Date: Wed, 22 May 2024 10:39:30 -0300
I mistakenly cut part of my response. The
"getMutexTheOtherTeamToldMeToUse()" could be an application wide function
that your project needs to use for logging/tracking.
With that, you cannot forget to call the post-initialization. It's done for
you.
On Wed, May 22, 2024 at 10:36 AM Breno Guimarães <brenorg_at_[hidden]> wrote:
> I think you drilled too much into the "mutex" and "locked" aspects, rather
> than thinking of the immovable and post initialization.
>
> You could have
> void foo() {
> static auto mutex = getMutexTheOtherTeamToldMeToUse();
> }
>
> There are even other types that *are* movable but moving is not cheap.
>
>
> On Wed, May 22, 2024 at 10:17 AM Tiago Freire via Std-Proposals <
> std-proposals_at_[hidden]> wrote:
>
>> While I can understand RVO, mutexes has got to be the worst possible
>> example for an application of this.
>> It should just simply never happen in real code ever.
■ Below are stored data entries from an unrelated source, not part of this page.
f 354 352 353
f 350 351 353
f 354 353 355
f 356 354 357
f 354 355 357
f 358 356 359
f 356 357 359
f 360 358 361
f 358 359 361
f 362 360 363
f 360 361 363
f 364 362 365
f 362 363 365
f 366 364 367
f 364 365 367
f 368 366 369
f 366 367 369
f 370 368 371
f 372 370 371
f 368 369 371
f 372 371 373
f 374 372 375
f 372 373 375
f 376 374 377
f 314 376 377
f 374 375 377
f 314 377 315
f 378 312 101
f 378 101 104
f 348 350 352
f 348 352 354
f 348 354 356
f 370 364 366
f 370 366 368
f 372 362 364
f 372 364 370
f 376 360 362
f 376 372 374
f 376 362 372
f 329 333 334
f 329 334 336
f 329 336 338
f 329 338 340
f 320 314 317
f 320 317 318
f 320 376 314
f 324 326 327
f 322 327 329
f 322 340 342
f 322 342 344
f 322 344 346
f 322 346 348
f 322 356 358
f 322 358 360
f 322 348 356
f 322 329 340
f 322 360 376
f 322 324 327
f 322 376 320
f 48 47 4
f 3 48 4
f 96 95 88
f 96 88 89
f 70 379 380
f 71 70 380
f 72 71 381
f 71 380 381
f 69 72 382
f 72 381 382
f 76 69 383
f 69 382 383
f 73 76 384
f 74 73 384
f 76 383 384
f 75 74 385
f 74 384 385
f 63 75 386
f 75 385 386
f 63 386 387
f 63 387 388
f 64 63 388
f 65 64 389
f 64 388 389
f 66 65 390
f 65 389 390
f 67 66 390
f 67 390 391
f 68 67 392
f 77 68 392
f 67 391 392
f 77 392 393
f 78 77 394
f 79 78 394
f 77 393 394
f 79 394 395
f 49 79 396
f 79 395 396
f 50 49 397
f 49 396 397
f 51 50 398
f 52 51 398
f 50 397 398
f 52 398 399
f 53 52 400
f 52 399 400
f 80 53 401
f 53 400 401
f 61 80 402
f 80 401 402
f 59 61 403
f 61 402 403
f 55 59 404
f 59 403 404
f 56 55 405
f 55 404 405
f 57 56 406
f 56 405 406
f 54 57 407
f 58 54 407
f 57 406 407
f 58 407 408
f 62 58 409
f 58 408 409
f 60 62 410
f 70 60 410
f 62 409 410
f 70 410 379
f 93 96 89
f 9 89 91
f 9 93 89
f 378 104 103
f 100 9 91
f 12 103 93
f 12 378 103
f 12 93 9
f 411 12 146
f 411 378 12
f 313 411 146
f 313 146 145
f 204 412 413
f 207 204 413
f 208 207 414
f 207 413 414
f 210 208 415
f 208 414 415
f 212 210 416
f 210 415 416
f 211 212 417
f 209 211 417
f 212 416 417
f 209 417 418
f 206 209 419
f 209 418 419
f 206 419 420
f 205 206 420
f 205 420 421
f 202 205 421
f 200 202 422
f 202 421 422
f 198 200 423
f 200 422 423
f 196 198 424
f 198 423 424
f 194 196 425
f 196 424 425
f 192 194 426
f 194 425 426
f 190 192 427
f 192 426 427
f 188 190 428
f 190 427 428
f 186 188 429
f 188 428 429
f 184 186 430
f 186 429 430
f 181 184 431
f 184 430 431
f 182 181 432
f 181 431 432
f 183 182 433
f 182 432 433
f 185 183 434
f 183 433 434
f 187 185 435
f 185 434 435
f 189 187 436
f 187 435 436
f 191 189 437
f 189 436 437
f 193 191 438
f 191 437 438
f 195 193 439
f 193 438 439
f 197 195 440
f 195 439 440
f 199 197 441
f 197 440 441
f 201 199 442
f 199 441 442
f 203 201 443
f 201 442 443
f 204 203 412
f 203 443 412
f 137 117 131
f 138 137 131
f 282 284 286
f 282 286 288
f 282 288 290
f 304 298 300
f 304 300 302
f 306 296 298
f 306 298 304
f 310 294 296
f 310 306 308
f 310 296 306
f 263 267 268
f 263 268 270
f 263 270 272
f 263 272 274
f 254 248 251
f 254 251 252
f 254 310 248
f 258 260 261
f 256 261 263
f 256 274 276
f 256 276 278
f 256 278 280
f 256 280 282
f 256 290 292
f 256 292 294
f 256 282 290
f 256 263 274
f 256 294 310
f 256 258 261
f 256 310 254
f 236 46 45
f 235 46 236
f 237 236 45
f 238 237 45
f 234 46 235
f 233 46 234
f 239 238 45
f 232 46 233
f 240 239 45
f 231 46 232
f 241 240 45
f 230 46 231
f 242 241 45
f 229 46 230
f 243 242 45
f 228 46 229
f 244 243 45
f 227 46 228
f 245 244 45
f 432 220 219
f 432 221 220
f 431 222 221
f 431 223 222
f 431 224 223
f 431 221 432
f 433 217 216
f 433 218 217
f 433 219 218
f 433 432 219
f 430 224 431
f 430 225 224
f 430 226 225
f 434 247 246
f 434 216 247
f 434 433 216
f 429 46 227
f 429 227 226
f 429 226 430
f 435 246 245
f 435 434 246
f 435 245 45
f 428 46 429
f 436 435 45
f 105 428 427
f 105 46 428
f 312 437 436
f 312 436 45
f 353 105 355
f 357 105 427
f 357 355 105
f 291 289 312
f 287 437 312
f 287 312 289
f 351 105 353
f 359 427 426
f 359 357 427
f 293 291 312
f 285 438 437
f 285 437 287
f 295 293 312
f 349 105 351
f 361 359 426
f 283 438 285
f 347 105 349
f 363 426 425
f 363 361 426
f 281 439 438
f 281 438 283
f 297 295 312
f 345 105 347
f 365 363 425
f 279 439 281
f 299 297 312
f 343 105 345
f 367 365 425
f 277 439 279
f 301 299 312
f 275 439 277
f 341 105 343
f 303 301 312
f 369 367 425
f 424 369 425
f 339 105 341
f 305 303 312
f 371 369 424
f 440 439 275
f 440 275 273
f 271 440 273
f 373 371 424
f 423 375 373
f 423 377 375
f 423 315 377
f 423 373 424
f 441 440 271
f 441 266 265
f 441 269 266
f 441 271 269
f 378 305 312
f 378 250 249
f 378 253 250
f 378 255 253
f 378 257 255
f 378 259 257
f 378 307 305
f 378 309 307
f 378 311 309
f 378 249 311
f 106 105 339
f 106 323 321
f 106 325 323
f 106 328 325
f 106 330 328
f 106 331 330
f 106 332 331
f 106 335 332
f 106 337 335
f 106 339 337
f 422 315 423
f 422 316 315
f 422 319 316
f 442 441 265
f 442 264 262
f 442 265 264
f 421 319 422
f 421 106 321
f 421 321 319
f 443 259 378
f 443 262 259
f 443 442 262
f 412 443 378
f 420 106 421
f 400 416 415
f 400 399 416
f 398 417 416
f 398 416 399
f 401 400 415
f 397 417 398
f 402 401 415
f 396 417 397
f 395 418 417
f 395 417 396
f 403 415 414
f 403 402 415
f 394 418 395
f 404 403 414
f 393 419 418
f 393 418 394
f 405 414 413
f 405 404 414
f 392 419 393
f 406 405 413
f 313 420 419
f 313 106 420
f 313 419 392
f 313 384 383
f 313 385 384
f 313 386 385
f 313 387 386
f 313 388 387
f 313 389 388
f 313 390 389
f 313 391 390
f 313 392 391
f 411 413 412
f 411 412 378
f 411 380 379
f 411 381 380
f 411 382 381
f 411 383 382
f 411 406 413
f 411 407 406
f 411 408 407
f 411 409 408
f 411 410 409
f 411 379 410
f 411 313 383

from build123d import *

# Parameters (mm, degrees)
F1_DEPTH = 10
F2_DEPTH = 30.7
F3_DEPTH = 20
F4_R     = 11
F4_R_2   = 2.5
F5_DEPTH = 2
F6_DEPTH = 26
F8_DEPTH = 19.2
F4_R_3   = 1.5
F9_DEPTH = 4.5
>> I have posed this question before but got ignored, but it is crucial to
>> the point.
>>
>> Why std::mutex can not be copied or moved (copy constructed or move
>> constructed)?
>> The reason for this is that some implementations of mutexes (posix
>> mutexes are in this category), the object representation of the mutex
>> itself is a piece of memory that lives in the user's space.
>> And std::mutex accommodates this implementation.
>> The exact address of this object is what makes a specific mutex that
>> exact mutex.
>> Moving or copying implies at least 2 distinct objects at different
>> addresses, while in windows because it is implemented via a system handle
>> you would be able to transfer the mutex representation, but not on posix.
>> Copying data from one address onto another would change the state of the
>> mutex that is being copied to, but it wouldn't be able to make the new
>> mutex be the old mutex, because it is the address that defines the identity
>> of the mutex, not the data.
>>
>> I'm not even mention the implications of moving a mutex object before
>> destroying while it is potentially in use elsewhere.
>>
>>
>> So, what you are proposing could only ever work like this:
>>
>> std::mutex m = getLockedMutex();
>>
>> and in the exclusive condition that RVO is taking place.
>> If it doesn't the function itself would be ill-formed and so would the
>> following code:
>>
>>
>> std::mutex m;
>> m = getLockedMutex();
>>
>>
>> Ok, that's great, but why do you need to return a locked mutex again?
>> Even without knowing what else it might be doing, assuming that the system
>> in place was design sensibly, what is the bare minimum that we can deduce
>> that this function must be doing.
>>
>> 1. It makes absolutely no sense to create a mutex if you are not using
>> it. The bare minimum there must be another thread that uses it to
>> synchronize with it.
>> 2. And why would you need to return it locked? You would only do that if
>> the mutex is protecting something, and it is locked because you don't want
>> other threads accessing it. It means that other threads are already using
>> it even before the function returns. If not, you could have just told the
>> caller when to lock instead.
>> 3. The mutex lives on the stack, specifically aligned at the point of
>> where the caller as set out for it. So, whatever it is that the other
>> thread is doing with this mutex, it must be resolved before this piece of
>> code goes out of scope and the mutex is destroyed.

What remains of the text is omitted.